AIM OF THE TASK:
Scan the records below and report how many lines include the string "VECTOR"; the number alone will do.

[Dataset entries]
──────────────────────────────
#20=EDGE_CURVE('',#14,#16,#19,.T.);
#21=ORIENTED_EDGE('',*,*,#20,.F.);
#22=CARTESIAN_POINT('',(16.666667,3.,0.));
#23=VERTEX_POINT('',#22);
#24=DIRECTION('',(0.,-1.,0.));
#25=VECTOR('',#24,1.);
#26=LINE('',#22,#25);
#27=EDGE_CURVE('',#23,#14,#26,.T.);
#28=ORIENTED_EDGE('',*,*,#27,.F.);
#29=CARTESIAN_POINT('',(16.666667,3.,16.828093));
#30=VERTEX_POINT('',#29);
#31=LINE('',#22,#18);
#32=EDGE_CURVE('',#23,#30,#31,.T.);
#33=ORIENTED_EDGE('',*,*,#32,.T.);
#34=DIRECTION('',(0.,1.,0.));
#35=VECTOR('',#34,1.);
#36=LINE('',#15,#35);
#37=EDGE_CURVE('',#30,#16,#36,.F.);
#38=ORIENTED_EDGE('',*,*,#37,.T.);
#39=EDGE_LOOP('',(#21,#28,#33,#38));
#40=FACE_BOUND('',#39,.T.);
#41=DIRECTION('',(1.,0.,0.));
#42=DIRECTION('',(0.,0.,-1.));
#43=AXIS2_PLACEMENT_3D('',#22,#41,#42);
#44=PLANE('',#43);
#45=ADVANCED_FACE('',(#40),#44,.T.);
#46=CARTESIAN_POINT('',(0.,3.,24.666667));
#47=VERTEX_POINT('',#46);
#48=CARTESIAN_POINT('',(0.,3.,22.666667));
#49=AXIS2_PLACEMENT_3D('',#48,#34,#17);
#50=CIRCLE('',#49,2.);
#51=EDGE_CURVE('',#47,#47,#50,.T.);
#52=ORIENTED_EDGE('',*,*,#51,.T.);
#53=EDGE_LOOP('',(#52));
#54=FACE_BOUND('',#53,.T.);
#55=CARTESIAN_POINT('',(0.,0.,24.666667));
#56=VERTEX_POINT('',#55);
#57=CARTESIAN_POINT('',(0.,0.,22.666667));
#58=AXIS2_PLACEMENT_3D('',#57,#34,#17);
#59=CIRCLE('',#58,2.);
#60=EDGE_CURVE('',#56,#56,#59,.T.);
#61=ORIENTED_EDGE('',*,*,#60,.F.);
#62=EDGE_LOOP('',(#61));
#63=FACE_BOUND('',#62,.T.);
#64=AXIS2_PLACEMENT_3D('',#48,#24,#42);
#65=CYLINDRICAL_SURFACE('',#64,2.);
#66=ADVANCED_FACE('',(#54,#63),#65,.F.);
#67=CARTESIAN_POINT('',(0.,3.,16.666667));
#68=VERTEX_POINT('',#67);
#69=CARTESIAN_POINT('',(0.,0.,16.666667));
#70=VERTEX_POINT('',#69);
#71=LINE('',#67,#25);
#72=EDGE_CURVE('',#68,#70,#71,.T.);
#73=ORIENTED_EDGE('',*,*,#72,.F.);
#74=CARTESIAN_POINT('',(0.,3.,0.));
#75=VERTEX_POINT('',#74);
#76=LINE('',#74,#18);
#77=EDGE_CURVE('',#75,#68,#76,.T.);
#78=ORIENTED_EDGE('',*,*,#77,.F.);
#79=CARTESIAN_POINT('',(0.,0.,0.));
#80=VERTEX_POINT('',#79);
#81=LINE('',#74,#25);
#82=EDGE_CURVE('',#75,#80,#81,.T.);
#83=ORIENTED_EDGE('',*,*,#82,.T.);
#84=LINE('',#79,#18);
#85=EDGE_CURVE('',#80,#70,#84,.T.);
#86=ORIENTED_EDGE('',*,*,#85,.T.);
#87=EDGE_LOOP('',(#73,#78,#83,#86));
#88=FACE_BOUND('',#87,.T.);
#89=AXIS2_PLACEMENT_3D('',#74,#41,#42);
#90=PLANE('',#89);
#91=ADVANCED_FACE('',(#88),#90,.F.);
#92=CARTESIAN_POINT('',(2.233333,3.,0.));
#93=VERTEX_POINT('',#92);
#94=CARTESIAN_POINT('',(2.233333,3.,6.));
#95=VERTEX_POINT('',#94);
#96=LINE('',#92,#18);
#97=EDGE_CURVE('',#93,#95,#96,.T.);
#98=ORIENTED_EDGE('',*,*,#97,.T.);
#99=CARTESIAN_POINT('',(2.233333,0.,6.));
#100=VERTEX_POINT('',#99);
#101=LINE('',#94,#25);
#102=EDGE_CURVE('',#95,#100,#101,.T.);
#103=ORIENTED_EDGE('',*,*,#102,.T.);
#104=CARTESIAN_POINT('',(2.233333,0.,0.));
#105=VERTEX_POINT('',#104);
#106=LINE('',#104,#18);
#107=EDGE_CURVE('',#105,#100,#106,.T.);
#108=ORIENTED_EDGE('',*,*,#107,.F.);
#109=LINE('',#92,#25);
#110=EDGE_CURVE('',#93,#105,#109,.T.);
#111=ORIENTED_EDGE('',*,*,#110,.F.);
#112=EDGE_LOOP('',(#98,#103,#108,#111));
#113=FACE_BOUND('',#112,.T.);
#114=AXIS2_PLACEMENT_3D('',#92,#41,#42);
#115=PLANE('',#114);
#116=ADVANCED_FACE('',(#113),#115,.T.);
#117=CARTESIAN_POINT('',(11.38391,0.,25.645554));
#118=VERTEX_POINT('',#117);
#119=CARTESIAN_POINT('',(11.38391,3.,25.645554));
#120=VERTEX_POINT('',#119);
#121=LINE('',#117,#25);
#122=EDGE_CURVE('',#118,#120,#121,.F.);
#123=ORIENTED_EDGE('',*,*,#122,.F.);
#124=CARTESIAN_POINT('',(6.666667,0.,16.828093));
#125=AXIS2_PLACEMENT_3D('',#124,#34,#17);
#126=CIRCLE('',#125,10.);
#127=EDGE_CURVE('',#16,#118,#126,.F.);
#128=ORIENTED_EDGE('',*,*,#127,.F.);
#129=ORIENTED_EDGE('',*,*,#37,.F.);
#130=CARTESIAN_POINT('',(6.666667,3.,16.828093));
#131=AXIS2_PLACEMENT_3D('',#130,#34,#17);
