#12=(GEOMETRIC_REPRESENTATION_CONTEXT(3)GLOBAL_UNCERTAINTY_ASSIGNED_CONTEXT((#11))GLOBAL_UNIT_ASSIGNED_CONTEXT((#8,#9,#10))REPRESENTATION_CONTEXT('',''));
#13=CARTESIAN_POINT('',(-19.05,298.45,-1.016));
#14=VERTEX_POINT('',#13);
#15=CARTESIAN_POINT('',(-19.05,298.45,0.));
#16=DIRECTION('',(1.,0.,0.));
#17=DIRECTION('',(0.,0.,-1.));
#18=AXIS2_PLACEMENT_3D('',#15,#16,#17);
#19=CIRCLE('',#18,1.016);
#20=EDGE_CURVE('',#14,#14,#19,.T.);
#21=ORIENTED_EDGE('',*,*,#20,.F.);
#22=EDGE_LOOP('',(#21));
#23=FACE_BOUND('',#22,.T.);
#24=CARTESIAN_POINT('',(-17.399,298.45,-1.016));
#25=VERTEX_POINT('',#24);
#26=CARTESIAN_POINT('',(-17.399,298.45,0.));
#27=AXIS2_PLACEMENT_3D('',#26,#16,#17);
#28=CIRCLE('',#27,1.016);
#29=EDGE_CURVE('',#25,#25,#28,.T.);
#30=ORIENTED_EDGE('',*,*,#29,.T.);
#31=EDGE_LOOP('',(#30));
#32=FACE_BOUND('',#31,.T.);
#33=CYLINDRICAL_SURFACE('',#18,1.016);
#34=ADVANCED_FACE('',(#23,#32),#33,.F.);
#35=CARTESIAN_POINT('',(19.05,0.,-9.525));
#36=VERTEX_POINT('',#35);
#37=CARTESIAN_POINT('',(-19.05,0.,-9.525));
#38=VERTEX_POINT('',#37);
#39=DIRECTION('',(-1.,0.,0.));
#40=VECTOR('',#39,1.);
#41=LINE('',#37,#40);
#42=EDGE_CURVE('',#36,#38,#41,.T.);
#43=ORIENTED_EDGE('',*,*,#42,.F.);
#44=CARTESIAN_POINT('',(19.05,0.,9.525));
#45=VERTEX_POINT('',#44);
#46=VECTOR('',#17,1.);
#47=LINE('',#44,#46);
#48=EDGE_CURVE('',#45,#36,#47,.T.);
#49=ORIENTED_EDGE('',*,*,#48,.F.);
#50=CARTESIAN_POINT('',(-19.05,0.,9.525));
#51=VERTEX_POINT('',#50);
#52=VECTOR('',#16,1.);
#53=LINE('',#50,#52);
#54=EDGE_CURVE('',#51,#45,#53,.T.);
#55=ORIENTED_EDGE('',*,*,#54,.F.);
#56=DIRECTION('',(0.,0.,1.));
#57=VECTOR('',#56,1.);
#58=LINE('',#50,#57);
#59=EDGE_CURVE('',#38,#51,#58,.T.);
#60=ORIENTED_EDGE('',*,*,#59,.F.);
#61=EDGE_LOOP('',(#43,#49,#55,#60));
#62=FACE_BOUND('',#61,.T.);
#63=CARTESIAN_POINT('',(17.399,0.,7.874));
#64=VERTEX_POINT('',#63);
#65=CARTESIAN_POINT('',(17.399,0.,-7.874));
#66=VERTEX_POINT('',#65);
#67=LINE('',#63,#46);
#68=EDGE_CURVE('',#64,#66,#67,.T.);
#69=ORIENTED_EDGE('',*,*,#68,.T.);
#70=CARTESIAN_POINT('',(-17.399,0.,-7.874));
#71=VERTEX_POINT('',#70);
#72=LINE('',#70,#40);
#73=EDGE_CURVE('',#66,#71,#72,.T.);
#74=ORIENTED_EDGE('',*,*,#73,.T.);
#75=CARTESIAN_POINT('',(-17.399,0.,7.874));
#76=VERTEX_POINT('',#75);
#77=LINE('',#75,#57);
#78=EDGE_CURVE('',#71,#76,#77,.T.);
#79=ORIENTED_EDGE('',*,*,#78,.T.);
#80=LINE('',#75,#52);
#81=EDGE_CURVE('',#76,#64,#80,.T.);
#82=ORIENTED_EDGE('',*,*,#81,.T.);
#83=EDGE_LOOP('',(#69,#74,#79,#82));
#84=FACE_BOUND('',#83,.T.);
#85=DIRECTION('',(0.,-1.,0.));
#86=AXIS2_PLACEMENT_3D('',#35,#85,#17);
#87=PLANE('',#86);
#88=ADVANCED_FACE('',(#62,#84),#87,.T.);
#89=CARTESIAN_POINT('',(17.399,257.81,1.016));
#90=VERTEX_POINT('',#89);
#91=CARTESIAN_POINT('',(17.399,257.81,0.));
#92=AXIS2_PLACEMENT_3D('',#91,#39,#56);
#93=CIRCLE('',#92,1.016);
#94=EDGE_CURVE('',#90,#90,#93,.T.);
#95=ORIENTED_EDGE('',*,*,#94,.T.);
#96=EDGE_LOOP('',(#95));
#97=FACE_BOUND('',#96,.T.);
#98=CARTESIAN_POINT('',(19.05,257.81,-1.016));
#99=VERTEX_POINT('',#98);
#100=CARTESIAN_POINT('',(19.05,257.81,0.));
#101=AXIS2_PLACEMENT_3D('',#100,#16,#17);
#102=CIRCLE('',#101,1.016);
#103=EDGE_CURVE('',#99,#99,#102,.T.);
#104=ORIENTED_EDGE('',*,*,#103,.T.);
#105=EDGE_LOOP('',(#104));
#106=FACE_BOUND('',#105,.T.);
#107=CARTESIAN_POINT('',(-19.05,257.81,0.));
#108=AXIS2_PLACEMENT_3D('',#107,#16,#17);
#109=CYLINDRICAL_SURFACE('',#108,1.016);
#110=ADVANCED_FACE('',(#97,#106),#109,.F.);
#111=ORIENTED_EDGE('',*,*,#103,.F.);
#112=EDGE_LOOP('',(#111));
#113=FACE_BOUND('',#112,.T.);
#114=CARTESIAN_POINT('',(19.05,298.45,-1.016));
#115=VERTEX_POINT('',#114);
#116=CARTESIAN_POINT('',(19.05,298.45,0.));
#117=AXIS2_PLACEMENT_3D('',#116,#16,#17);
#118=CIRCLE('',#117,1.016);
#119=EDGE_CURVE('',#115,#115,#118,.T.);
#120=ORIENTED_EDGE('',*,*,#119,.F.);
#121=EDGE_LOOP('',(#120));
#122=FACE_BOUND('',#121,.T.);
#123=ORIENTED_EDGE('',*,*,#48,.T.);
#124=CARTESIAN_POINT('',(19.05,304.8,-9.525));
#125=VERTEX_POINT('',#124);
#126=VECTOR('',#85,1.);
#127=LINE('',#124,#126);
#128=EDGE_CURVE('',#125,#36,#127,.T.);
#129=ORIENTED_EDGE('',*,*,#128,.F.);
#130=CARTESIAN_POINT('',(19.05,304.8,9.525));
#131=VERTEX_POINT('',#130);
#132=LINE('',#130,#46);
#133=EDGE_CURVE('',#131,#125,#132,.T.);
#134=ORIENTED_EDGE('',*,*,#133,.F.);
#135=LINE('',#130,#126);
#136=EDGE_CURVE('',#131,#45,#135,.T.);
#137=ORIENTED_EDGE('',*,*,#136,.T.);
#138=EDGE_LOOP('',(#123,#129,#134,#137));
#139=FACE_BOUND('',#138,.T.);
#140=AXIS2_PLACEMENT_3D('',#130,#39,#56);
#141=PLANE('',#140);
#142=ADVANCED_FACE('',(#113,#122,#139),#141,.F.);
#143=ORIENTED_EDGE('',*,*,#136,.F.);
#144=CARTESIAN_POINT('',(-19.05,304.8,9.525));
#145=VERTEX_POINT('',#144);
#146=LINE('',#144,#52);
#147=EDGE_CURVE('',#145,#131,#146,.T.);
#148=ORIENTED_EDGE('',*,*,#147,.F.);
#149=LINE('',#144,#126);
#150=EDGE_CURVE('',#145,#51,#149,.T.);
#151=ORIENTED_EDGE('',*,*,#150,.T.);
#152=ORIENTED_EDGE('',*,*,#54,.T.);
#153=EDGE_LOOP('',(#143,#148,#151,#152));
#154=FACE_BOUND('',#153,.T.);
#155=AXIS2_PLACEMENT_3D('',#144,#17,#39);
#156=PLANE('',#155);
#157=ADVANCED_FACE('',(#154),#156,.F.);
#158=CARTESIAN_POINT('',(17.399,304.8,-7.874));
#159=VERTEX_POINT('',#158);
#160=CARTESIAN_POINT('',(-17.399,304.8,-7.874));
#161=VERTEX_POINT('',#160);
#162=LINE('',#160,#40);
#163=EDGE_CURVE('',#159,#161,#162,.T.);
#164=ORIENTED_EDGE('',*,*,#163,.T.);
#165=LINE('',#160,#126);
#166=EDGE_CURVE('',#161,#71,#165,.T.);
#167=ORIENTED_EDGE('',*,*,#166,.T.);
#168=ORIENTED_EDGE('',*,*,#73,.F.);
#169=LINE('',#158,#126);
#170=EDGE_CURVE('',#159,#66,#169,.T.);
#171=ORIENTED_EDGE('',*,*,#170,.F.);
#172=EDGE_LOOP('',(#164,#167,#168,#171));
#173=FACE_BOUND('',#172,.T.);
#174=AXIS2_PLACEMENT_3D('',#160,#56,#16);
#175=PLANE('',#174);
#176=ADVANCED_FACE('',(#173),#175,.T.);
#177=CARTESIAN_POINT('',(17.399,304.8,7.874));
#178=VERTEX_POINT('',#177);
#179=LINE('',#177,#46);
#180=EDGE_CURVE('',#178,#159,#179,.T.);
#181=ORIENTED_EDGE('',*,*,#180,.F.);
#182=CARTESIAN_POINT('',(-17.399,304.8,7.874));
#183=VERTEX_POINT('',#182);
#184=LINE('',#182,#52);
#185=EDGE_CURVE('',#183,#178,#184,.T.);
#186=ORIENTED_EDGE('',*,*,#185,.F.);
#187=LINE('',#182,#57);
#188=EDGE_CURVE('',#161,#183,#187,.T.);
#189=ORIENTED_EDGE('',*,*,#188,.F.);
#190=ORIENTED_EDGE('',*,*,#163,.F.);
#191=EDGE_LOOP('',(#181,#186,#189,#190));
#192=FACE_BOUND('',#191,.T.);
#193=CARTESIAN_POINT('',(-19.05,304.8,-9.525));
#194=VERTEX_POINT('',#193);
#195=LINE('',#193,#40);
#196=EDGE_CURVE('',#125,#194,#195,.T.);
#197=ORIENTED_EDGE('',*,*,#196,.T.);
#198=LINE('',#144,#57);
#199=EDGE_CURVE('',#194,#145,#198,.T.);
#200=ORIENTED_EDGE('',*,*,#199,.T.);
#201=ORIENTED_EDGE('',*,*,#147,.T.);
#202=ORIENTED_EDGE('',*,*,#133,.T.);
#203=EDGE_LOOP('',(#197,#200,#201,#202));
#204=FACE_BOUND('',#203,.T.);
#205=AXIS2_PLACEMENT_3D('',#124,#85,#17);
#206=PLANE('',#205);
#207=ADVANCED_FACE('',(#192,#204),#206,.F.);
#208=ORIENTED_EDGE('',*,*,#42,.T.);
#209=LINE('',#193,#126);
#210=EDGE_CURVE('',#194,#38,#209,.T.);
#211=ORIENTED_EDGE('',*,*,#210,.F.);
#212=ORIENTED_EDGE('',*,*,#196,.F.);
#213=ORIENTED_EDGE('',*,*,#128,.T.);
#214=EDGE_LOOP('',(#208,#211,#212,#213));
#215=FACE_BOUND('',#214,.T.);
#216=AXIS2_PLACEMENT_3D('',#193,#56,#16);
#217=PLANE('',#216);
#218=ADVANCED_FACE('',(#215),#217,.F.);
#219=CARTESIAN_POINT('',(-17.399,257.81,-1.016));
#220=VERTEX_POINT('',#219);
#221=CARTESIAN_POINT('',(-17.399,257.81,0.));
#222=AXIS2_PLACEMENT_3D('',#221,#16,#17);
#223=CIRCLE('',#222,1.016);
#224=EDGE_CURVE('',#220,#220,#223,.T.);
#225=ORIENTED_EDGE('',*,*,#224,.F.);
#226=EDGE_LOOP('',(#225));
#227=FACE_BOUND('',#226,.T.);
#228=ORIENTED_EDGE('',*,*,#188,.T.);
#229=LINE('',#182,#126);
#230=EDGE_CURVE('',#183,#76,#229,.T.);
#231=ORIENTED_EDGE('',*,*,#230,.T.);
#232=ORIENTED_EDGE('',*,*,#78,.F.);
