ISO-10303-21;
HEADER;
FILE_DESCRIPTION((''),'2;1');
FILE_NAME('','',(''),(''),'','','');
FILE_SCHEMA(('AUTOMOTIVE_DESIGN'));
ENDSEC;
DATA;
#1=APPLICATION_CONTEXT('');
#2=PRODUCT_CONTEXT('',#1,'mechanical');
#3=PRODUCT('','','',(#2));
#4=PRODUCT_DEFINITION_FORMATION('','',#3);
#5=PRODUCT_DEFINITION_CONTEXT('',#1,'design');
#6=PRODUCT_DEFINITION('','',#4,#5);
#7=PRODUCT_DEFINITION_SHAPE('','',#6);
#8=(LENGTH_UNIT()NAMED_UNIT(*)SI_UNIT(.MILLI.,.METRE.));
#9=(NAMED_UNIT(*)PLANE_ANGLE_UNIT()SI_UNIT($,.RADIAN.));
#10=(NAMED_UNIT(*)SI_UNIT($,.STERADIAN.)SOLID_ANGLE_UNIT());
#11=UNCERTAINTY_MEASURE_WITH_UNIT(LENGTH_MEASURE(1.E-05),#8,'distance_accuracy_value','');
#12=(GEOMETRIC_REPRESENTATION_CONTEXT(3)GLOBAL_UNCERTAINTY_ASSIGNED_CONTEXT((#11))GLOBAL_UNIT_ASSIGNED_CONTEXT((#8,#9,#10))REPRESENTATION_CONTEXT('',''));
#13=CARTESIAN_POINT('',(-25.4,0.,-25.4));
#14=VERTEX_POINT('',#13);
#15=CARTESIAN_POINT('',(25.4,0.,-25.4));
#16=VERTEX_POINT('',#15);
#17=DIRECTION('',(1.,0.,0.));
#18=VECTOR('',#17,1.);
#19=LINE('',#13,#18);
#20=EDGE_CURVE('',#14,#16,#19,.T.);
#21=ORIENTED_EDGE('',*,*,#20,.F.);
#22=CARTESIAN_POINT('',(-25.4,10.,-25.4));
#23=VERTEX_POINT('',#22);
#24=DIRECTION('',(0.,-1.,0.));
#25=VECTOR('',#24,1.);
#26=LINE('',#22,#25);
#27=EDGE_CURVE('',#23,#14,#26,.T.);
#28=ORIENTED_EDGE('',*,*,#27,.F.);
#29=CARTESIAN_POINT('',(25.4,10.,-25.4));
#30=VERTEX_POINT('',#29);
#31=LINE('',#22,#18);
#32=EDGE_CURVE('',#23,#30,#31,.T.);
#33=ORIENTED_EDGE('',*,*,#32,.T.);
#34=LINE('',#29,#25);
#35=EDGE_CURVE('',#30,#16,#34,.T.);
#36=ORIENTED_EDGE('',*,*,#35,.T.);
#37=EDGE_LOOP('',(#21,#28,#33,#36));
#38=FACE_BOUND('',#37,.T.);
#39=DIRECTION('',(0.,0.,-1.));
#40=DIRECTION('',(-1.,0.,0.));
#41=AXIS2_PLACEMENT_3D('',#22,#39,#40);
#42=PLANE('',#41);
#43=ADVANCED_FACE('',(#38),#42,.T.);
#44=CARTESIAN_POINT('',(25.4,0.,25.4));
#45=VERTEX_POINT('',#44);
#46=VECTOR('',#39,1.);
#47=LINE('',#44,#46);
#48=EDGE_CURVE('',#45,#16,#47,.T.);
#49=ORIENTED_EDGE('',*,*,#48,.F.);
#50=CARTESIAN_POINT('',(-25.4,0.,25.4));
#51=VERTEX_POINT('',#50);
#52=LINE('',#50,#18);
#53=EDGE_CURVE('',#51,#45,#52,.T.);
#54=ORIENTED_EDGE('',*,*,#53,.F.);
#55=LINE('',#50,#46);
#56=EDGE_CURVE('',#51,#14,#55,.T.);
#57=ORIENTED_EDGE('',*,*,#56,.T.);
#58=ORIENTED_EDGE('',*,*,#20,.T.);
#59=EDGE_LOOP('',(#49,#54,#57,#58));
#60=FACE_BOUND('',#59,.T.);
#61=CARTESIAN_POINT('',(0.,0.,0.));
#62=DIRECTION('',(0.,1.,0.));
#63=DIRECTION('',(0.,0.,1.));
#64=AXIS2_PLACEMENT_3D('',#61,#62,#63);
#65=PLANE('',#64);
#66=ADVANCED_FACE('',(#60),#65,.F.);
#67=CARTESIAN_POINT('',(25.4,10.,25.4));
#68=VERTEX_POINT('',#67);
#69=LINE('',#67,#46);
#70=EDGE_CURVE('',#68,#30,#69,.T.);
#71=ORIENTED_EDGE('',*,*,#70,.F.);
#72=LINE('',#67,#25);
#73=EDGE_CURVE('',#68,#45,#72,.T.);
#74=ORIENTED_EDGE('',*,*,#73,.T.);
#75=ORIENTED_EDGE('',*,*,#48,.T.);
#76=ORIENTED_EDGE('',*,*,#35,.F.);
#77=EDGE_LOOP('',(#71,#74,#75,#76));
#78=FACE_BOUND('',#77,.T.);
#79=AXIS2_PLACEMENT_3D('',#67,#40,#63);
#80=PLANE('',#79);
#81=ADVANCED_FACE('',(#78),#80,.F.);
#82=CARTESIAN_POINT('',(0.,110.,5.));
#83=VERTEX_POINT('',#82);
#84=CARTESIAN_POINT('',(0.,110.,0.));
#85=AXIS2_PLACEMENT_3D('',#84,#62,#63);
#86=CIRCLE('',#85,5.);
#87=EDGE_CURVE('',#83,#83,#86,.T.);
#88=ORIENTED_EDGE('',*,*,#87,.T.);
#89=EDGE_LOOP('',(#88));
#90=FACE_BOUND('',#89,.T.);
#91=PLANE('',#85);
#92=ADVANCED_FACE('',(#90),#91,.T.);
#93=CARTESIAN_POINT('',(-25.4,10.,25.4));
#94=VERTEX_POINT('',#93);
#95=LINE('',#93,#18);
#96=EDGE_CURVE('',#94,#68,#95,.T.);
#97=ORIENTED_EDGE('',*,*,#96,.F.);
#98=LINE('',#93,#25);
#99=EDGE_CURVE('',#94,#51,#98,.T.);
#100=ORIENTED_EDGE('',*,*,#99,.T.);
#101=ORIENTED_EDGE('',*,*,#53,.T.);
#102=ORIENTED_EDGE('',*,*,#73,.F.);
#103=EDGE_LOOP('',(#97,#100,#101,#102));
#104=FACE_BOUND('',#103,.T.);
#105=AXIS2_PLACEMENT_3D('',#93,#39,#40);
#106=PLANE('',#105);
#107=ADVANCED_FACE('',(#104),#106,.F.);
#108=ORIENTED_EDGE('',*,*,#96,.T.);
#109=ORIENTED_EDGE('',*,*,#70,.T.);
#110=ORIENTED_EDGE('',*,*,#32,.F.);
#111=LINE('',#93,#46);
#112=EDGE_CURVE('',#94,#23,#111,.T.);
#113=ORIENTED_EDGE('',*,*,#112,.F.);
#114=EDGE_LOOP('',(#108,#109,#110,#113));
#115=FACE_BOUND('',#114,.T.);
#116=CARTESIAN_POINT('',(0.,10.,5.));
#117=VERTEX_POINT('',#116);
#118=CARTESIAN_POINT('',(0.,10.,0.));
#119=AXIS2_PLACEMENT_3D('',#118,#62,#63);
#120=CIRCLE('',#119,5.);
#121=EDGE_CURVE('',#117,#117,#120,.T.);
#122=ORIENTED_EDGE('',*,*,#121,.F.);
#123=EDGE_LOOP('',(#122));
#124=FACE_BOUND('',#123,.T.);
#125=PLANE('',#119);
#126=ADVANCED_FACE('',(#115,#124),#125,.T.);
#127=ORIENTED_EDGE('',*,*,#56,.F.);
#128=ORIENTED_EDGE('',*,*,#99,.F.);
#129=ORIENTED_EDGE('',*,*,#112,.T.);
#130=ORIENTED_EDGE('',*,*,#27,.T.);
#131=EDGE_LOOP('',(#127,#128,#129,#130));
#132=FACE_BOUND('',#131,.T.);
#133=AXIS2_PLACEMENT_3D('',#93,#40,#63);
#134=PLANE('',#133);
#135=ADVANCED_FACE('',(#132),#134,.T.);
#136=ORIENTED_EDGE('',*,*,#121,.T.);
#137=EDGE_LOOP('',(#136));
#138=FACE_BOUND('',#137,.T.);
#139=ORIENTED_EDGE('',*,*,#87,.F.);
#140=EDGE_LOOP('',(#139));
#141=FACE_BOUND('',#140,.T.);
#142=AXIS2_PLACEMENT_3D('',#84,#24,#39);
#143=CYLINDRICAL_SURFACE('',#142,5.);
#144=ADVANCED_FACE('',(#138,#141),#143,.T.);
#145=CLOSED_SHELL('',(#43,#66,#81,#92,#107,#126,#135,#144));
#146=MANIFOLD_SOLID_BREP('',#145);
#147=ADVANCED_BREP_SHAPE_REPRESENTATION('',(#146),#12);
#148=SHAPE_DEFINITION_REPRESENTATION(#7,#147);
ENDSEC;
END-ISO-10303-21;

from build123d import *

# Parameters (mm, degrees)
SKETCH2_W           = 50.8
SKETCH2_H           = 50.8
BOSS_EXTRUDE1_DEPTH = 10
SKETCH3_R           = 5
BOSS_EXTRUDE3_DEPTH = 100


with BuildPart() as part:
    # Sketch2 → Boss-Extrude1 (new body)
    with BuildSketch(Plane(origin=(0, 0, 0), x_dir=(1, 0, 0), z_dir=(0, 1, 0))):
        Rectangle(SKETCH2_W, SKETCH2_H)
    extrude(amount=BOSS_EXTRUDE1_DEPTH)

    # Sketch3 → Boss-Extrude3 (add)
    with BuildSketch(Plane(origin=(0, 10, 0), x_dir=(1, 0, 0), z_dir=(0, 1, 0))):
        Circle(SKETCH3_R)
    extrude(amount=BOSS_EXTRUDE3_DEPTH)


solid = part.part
──────────────────────────────
YOUR SOLUTION:
10